Direct Digital Synthesis - What is Phase Truncation?

Question

I'm developing a Direct Digital Synthesis (DDS) waveform generator on the Arduino Due in C/C++. But I'm first implementing an example in Matlab to make sure I understand the main components, which are: the Phase or Angle Accumulator (N-bits), the Lookup table (P-bits), and the Digital-to-Analog converter (12-bits). I understand these basic elements.

The Lookup table size will match the DAC resolution, so P=12. The Accumulator will be at least 16-bits long (N=16). So phase truncation must occur here. Therein lies my confusion and my question. How does this truncation work? What does it mean to take the P significant bits of N?

Answer 1

This binary math and bitwise manipulation is new to me, but I'm beginning to understand. I implemented a Direct Digital Synthesis (DDS) example in Matlab. Code below for others. May also run on Octave.

% INPUT PARAMETERS
%-----------------------
fs    = 2^14;   % Clock Sample Rate (hz)
NT    = 1e4;    % Total Samples for example 
foutd = 80;     % Desired Output Freq. (hz)
N     = 16;     % Accumulator resolution (bits)
P     = 12;     % Lookup Table resolution (bits)


% FREQUENCY TUNING WORD
%------------------------------
FTWf = foutd/fs*2^N;          % float
FTW  = round(foutd/fs*2^N);   % actual integer term for accumulator
fout = FTW*fs/2^N;            % actual output frequency


% SINE WAVE LOOKUP TABLE
%---------------------------
x = [0:2^P-1]';
y = sin(x*2*pi / (2^P-1) );


% INITIALIZE
%--------------------------
dt    = 1/fs;                % Time Step (sec)
t     = [0:dt:dt*(NT-1)]';   % Time Vector
phase = zeros(NT,1);         % Save phase vs. time
wave  = zeros(NT,1);         % Save wave amplitude vs. time


% SAMPLE THROUGH TIME
%-----------------------
pa = 0;   % Phase accumulator

for ii=1:length(t)

    % ACCUMULATE PHASE
    pa = pa + FTW;

    % ROLLOVER PHASE
    if pa > 2^N
        pa = 1;
    end 

    % PHASE TRUNCATION
    indx = ceil(pa * 2^(P-N));

    % LOOKUP
    phase(ii) = pa;
    wave(ii)  = y( indx );

end

figure;
subplot(211),  plot(t, phase); grid on;
subplot(212),  plot(t, wave);  grid on; hold on
               plot(t,sin(foutd*2*pi*t), 'r-.');

My next step is to implement this on the ArduinoDue. This algorithm will be the basis of the ISR interrupt function. I will definitely use binary operators to speed up the division (i.e., "Phase Truncation").

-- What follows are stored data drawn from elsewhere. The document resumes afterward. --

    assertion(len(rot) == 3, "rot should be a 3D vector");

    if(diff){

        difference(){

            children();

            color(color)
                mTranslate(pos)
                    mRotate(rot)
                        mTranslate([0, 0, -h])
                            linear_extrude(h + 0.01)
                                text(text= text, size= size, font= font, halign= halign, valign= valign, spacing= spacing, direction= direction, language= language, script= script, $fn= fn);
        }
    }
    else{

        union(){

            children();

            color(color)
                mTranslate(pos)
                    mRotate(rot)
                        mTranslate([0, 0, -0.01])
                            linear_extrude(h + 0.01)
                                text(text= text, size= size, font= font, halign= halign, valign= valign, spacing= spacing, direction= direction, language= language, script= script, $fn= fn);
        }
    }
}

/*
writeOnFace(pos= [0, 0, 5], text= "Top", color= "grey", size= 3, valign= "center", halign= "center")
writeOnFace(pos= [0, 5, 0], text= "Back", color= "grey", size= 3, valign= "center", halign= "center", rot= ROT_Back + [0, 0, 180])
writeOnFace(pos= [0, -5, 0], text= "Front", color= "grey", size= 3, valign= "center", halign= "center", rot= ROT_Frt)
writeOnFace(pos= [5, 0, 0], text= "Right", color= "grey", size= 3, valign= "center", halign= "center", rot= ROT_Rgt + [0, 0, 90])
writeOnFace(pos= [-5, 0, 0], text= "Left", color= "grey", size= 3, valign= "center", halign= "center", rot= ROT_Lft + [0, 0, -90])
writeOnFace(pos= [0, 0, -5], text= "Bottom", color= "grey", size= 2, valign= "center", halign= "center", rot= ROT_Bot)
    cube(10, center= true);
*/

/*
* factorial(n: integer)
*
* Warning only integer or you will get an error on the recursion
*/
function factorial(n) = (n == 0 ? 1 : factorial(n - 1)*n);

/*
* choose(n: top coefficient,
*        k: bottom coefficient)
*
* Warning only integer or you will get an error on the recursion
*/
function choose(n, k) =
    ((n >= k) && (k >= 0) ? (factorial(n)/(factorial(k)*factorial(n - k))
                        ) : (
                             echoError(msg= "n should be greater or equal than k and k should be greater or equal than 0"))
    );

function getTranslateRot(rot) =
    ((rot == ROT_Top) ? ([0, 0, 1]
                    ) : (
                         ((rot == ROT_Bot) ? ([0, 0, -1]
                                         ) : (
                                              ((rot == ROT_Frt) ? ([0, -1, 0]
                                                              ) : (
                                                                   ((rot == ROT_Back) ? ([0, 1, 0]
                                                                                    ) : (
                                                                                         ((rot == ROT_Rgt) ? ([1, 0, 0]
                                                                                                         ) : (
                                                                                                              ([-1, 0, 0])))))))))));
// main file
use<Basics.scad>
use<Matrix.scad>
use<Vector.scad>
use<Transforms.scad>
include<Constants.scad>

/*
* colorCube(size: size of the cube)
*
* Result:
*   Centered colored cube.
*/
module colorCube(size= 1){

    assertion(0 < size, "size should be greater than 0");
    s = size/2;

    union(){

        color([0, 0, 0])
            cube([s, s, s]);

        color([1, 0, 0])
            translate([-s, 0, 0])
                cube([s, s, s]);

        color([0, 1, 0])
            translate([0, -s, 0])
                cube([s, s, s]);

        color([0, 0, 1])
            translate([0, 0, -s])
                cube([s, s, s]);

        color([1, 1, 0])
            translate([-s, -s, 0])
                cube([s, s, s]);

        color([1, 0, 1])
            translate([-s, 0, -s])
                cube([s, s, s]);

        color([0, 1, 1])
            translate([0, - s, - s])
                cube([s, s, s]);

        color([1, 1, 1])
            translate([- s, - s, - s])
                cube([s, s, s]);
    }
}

After that, I need to figure out how to handle non-integer frequency inputs.

Answer 2

In general, if you have N bit long value, one possible value, let say (in binary, i.e. epxressed using 2 bits (1's and 0's), where each bit, depending on its position represents a power of 2) is:
1000 1111 0000 1010
The most significant bits are the ones counting from left to right, i.e.: the four most significant bits in the example are: 1000. So, truncating by taking the P significant bits means that you count till P from left to right and what is left is ignored.
In decimal representation, i.e. expressed using 10 numbers (0,1,..,8,9), this will be analogous to: if your values is : 110124 and you take only P=3 significant numbers, you will remain with: 110000, i.e. the 3 least significant numbers (124) are not regarded, thereby loosing some detail.